◆ Problem description:
After locating the line that contains "28.94701), (51.16729, 28.69701))" in the records below, write out exactly that line and each line after it through the one that contains "Line((57.46729, 29.19701), (56.76729, 29.19701))", and nothing else.

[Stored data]
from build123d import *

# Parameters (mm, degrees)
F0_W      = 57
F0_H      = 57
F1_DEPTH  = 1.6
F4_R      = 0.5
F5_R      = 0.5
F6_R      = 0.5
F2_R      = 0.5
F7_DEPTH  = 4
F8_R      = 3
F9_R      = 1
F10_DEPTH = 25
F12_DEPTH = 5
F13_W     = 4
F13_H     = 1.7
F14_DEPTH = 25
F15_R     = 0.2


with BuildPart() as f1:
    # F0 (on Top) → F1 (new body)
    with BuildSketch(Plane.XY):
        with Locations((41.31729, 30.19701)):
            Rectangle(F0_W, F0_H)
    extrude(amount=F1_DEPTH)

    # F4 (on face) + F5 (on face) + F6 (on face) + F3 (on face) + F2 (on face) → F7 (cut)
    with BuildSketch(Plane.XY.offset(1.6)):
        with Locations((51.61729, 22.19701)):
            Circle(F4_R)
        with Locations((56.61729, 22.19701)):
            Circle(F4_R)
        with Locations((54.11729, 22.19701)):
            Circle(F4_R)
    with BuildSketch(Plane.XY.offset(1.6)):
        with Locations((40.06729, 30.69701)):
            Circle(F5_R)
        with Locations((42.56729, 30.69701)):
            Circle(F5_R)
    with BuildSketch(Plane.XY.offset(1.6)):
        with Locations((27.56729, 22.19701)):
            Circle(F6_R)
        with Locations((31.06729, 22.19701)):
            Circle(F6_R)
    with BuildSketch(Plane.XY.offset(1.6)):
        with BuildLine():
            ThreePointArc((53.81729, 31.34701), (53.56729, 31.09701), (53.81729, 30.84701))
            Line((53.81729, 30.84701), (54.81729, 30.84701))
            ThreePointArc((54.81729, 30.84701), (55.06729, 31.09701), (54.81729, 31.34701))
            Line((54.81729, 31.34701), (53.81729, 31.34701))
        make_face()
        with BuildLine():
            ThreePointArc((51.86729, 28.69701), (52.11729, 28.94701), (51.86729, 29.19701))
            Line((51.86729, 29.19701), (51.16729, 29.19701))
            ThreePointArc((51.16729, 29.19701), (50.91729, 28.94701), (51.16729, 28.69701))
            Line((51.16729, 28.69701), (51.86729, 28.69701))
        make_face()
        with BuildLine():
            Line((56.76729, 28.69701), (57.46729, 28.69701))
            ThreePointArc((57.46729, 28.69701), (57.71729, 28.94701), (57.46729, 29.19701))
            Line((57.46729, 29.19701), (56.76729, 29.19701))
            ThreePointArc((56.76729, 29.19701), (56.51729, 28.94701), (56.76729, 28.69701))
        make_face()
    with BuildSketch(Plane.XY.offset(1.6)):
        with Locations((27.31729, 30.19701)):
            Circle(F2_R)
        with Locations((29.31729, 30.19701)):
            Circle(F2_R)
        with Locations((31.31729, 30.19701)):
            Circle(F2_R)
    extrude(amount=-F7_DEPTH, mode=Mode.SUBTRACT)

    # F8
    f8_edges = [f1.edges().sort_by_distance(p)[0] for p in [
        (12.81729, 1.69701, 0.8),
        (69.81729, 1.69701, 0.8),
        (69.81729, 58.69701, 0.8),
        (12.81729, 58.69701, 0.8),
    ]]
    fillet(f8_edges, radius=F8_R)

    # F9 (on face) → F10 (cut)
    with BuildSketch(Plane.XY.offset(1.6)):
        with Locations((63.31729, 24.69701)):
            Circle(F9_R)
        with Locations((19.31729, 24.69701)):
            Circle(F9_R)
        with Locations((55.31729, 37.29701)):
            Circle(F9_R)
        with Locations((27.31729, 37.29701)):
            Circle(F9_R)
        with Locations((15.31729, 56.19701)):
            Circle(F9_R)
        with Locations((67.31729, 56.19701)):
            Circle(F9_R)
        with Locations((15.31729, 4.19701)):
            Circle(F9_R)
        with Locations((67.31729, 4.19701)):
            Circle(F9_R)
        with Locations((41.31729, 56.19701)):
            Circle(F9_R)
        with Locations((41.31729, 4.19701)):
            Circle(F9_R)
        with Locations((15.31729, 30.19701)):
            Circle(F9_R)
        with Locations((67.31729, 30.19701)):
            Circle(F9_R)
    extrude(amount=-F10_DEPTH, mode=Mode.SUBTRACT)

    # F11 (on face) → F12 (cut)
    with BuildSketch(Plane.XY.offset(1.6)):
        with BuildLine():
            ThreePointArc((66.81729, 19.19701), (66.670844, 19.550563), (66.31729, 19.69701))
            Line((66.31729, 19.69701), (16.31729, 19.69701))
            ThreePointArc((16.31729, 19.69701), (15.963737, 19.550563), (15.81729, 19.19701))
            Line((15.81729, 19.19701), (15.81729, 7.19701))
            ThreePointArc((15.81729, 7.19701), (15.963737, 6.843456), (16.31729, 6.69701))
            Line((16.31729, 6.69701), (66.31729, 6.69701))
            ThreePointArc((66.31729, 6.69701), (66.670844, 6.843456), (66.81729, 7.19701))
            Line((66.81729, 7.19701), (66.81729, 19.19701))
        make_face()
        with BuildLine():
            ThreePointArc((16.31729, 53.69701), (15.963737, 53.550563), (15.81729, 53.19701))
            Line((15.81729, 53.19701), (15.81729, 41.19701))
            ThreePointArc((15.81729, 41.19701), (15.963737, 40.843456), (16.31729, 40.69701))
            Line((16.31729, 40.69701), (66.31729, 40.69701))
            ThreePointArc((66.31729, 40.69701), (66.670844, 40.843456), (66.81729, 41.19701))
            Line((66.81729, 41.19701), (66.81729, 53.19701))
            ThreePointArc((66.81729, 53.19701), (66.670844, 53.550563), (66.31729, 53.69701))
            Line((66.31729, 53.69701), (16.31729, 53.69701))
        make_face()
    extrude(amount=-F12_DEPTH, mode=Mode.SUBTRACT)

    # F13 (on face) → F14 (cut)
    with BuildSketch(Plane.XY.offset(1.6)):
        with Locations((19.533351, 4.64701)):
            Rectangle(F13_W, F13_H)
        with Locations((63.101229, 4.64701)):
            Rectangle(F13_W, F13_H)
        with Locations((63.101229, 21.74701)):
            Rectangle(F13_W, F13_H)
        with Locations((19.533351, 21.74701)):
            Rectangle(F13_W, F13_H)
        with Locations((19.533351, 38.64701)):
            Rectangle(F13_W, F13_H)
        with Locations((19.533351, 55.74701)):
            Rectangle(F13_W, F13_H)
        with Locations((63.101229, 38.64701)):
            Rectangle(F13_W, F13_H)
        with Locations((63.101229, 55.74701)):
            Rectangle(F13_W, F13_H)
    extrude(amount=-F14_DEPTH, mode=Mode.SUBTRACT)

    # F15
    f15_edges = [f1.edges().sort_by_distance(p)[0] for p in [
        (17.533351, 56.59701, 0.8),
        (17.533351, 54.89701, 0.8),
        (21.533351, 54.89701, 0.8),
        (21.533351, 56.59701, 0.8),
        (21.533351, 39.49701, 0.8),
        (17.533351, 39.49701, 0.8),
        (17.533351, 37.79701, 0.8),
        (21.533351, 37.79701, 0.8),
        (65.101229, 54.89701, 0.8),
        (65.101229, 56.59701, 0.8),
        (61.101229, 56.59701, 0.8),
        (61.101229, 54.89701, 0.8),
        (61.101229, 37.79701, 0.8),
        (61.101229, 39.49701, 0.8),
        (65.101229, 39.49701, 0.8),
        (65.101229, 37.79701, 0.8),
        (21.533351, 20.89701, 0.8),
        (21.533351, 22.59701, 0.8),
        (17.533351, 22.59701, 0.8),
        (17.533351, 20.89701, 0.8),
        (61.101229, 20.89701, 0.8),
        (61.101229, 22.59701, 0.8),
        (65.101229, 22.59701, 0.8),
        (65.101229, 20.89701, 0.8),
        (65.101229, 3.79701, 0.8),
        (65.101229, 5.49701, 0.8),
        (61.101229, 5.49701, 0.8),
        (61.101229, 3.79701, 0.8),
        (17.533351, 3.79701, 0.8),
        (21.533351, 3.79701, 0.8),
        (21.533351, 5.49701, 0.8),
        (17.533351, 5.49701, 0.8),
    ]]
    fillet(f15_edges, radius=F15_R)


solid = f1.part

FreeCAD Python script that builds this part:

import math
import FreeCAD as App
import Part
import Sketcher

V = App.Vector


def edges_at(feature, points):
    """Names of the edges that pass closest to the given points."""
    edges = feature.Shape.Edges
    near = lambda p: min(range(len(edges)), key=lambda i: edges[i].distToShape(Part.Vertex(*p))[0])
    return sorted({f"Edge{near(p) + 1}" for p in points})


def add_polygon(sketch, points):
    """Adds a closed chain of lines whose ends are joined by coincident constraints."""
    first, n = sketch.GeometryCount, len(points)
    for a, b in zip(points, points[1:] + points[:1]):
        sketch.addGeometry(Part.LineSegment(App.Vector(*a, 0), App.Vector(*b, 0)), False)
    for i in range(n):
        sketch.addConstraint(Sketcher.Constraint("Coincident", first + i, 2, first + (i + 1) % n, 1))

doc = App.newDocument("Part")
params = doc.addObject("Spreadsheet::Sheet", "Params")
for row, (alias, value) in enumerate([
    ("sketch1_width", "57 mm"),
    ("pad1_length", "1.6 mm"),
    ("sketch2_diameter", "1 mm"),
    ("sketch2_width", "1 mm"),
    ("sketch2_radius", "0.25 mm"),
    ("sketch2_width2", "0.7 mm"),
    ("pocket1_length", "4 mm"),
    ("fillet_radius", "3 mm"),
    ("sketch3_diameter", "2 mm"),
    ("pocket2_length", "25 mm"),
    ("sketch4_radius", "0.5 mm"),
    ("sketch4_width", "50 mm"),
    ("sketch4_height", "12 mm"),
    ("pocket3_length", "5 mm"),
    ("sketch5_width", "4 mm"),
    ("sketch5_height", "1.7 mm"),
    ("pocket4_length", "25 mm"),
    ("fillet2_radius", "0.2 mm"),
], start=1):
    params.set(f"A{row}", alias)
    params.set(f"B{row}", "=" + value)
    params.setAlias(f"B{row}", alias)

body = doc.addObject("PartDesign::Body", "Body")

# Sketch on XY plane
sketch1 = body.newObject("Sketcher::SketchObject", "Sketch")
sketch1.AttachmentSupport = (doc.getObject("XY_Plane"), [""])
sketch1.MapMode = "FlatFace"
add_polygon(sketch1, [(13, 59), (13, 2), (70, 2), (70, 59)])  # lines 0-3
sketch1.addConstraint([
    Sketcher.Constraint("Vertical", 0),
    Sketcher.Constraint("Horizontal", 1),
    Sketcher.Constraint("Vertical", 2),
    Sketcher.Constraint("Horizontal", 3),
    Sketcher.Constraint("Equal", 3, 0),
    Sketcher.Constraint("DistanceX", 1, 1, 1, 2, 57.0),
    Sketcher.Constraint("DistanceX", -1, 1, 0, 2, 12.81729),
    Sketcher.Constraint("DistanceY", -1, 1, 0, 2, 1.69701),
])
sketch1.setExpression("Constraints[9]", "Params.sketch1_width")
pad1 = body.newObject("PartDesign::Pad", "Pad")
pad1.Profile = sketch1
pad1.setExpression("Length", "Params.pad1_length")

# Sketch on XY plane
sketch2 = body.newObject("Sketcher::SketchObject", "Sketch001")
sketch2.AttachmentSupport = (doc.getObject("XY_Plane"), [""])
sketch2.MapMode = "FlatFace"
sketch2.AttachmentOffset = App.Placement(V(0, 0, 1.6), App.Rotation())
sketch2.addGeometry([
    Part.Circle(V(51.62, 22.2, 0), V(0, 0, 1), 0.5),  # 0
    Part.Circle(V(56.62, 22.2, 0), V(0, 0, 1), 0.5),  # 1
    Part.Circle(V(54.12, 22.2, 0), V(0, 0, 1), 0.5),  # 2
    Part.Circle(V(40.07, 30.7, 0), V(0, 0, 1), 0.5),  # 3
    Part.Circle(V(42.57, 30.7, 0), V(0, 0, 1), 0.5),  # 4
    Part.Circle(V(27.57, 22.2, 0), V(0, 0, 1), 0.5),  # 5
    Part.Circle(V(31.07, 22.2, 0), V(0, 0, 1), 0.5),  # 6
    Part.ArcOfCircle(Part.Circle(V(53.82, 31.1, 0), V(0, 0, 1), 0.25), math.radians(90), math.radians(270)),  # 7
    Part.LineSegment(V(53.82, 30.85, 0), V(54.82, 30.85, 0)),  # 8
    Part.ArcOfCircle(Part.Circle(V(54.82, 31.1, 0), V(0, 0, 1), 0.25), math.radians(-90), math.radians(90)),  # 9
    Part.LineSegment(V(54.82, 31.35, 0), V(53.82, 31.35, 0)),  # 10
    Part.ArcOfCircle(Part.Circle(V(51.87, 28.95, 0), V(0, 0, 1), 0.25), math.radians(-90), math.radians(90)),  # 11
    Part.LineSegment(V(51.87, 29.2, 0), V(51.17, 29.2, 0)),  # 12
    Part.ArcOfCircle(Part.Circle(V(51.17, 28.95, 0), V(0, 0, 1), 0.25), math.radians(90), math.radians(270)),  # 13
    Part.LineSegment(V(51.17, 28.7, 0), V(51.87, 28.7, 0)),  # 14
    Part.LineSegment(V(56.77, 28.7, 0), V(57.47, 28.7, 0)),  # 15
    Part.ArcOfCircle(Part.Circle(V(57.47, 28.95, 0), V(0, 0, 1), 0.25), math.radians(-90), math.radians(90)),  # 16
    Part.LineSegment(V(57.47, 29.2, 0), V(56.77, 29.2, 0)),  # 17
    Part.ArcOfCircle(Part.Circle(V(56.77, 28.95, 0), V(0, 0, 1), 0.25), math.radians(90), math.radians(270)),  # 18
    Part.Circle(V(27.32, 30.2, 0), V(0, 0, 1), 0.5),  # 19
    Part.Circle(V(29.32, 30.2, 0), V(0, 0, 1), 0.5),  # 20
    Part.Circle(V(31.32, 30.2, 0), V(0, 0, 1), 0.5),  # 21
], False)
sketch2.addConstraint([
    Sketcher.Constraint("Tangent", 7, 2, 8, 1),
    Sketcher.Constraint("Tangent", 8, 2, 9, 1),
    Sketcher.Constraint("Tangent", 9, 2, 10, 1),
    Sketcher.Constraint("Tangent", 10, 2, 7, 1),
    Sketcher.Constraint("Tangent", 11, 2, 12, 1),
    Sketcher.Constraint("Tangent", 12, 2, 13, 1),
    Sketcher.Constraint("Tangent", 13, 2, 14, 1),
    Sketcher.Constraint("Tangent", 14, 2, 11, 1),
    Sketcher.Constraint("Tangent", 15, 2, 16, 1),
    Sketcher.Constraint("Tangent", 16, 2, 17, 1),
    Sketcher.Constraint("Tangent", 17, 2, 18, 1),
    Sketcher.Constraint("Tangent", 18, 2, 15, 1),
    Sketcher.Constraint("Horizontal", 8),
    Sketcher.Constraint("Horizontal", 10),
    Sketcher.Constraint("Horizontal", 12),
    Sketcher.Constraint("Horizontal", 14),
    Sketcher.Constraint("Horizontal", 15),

...

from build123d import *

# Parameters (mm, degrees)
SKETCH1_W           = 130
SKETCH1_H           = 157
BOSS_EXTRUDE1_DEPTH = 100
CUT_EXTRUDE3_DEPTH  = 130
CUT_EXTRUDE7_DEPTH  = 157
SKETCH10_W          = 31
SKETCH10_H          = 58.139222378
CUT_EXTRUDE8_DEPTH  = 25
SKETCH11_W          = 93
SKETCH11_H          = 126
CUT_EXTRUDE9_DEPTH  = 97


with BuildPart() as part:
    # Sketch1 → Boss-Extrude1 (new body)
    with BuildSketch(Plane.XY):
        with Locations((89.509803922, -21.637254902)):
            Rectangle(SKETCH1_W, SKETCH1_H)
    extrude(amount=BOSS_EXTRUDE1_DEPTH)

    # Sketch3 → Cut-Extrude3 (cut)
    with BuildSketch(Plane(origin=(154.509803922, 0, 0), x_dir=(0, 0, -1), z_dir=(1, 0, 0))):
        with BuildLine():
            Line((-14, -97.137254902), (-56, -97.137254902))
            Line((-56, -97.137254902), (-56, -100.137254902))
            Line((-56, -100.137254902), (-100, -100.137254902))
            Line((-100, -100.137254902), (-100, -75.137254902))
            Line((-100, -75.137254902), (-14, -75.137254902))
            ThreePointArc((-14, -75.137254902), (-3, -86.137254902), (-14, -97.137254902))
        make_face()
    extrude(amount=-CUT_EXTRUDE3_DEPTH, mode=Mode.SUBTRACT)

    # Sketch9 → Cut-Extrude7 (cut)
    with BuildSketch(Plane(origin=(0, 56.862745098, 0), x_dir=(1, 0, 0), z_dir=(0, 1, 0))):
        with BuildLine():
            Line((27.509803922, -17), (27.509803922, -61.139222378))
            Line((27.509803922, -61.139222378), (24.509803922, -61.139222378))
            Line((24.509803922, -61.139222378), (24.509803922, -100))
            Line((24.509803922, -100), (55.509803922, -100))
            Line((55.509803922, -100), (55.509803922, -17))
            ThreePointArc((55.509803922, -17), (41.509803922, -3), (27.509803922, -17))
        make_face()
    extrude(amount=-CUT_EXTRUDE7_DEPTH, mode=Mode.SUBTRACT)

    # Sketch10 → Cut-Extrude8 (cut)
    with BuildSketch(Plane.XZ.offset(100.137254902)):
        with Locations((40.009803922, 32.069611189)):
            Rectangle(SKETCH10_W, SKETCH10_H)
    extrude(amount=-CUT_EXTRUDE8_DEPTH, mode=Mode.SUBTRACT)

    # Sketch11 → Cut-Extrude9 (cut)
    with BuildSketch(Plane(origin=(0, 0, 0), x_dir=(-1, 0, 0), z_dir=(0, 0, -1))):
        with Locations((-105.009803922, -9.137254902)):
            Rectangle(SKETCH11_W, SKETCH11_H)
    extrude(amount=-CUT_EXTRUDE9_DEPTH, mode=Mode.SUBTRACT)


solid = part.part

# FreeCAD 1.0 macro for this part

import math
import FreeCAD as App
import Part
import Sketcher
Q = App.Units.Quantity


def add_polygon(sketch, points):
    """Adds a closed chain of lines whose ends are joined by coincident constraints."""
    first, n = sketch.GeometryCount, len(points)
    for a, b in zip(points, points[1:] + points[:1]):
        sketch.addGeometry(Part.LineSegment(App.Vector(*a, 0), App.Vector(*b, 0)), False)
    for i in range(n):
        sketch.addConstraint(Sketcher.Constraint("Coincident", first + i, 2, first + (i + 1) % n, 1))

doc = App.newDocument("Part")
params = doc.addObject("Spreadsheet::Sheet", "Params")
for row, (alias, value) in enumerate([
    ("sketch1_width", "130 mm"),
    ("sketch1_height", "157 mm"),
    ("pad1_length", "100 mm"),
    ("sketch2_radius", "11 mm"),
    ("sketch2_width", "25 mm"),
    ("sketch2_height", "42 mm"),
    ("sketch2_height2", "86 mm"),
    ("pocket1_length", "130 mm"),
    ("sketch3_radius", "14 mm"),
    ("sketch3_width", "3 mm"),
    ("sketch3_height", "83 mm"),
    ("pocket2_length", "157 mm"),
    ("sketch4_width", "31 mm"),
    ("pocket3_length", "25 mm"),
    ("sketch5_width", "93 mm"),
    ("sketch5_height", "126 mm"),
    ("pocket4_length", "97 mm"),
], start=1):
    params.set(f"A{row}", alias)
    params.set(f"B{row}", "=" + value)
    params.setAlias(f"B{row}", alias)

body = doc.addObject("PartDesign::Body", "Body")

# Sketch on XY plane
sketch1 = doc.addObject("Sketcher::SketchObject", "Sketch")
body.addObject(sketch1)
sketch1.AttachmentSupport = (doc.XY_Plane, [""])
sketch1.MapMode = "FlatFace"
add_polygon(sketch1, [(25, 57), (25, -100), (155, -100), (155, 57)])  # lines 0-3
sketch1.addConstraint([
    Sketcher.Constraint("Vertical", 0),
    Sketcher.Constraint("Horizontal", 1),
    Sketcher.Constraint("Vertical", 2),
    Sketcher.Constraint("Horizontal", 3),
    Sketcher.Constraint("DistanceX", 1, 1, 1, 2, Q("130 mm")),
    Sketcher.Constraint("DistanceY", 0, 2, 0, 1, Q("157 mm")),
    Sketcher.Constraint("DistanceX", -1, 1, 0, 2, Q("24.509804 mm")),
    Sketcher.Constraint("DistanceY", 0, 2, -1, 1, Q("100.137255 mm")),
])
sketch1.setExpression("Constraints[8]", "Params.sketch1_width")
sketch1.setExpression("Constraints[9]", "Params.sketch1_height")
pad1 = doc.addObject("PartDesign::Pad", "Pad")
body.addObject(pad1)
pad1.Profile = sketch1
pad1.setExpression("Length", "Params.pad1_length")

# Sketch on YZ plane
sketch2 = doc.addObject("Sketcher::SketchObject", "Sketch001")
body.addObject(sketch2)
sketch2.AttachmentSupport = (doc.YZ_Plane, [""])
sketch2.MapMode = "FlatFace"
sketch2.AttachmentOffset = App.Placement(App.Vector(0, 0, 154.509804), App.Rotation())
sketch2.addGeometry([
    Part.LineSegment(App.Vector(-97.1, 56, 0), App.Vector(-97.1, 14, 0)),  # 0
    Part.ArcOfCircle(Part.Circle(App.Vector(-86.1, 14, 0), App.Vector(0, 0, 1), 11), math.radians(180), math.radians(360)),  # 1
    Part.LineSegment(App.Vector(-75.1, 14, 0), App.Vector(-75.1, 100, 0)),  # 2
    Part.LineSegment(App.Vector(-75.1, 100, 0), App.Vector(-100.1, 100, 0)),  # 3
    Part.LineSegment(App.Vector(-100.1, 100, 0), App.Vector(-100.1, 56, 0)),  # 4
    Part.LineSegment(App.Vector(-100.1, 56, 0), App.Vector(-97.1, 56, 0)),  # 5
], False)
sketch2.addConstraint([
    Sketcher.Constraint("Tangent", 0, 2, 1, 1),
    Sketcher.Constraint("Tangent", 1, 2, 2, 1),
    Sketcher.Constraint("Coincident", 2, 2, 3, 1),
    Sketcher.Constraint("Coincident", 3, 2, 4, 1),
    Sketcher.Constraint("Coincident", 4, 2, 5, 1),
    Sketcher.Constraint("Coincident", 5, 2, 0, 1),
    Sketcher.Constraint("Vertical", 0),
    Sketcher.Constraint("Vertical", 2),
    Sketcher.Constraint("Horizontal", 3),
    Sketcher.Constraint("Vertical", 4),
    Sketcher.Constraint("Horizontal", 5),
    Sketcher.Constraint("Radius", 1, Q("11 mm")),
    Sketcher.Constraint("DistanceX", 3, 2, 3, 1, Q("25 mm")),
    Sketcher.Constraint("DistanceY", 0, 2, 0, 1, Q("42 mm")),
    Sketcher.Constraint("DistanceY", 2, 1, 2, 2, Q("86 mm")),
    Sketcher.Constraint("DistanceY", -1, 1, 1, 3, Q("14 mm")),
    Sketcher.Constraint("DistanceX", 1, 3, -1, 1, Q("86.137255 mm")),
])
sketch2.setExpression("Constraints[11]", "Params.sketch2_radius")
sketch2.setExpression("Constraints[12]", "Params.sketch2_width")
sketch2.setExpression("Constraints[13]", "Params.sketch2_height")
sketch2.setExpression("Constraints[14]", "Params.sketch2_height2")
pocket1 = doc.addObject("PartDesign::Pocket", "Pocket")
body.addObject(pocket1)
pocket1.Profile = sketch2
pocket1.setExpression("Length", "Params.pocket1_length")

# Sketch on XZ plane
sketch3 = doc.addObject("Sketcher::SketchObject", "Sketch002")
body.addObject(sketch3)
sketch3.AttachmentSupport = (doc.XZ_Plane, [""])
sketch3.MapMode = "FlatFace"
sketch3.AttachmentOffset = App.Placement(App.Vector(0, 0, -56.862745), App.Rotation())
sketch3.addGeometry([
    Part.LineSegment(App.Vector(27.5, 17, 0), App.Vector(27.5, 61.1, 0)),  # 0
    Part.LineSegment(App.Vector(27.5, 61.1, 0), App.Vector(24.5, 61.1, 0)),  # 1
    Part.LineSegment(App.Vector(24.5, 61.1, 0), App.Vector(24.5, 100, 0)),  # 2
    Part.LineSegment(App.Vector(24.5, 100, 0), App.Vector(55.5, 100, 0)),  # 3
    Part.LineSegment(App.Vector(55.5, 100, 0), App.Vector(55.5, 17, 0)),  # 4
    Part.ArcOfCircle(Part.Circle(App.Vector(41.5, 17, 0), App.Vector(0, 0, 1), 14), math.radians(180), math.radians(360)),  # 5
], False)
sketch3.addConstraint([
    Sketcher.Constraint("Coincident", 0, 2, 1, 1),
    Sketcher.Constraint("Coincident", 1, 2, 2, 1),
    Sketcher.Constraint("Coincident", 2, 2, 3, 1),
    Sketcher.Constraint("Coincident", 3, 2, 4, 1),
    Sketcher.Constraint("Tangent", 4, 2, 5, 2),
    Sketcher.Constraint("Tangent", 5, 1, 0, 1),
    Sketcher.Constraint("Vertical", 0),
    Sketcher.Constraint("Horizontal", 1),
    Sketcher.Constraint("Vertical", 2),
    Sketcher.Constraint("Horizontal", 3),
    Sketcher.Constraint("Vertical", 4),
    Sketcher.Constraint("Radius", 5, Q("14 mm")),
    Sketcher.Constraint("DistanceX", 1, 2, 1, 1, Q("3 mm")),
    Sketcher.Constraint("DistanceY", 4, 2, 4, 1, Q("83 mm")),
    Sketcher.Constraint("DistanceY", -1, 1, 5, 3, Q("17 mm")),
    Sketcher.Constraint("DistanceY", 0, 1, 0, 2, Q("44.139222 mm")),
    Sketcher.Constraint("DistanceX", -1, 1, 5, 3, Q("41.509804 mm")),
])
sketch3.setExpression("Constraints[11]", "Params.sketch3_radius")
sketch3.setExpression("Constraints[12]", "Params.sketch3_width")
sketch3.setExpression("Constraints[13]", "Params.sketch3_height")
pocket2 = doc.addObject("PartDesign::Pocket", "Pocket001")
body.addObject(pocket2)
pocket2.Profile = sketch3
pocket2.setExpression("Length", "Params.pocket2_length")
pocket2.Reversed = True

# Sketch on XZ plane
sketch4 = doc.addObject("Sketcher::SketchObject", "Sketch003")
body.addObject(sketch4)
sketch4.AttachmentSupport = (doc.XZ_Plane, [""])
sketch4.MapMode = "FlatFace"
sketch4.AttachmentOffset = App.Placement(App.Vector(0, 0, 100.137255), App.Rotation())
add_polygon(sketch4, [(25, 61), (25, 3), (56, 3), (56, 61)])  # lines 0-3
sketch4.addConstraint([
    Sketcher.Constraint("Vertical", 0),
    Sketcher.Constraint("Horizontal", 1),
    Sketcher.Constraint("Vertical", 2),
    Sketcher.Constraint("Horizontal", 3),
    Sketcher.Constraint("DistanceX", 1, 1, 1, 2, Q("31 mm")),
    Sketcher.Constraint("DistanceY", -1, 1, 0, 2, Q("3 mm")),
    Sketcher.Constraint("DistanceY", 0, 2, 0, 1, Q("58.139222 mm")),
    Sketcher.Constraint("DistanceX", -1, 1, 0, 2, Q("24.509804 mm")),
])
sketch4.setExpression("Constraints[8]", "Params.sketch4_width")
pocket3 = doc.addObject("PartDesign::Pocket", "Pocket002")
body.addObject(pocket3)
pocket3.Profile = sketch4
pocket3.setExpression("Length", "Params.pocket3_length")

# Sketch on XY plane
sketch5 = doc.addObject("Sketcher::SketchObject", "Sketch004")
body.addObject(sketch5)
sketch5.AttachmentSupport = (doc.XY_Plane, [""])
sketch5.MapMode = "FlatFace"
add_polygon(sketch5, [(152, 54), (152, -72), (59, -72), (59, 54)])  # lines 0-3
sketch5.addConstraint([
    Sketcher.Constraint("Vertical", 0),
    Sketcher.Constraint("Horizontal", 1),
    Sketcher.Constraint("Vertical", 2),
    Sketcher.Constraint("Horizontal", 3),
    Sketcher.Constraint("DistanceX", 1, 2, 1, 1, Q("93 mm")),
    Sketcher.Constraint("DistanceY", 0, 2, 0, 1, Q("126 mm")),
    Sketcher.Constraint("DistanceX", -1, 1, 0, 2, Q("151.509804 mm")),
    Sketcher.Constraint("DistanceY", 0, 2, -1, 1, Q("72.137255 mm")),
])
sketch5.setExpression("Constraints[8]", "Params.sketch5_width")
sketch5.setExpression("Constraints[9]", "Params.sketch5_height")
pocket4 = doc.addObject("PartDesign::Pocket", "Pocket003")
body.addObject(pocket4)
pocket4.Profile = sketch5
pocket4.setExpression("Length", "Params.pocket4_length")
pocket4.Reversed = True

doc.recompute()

◆ Result of the exercise:
            ThreePointArc((51.16729, 29.19701), (50.91729, 28.94701), (51.16729, 28.69701))
            Line((51.16729, 28.69701), (51.86729, 28.69701))
        make_face()
        with BuildLine():
            Line((56.76729, 28.69701), (57.46729, 28.69701))
            ThreePointArc((57.46729, 28.69701), (57.71729, 28.94701), (57.46729, 29.19701))
            Line((57.46729, 29.19701), (56.76729, 29.19701))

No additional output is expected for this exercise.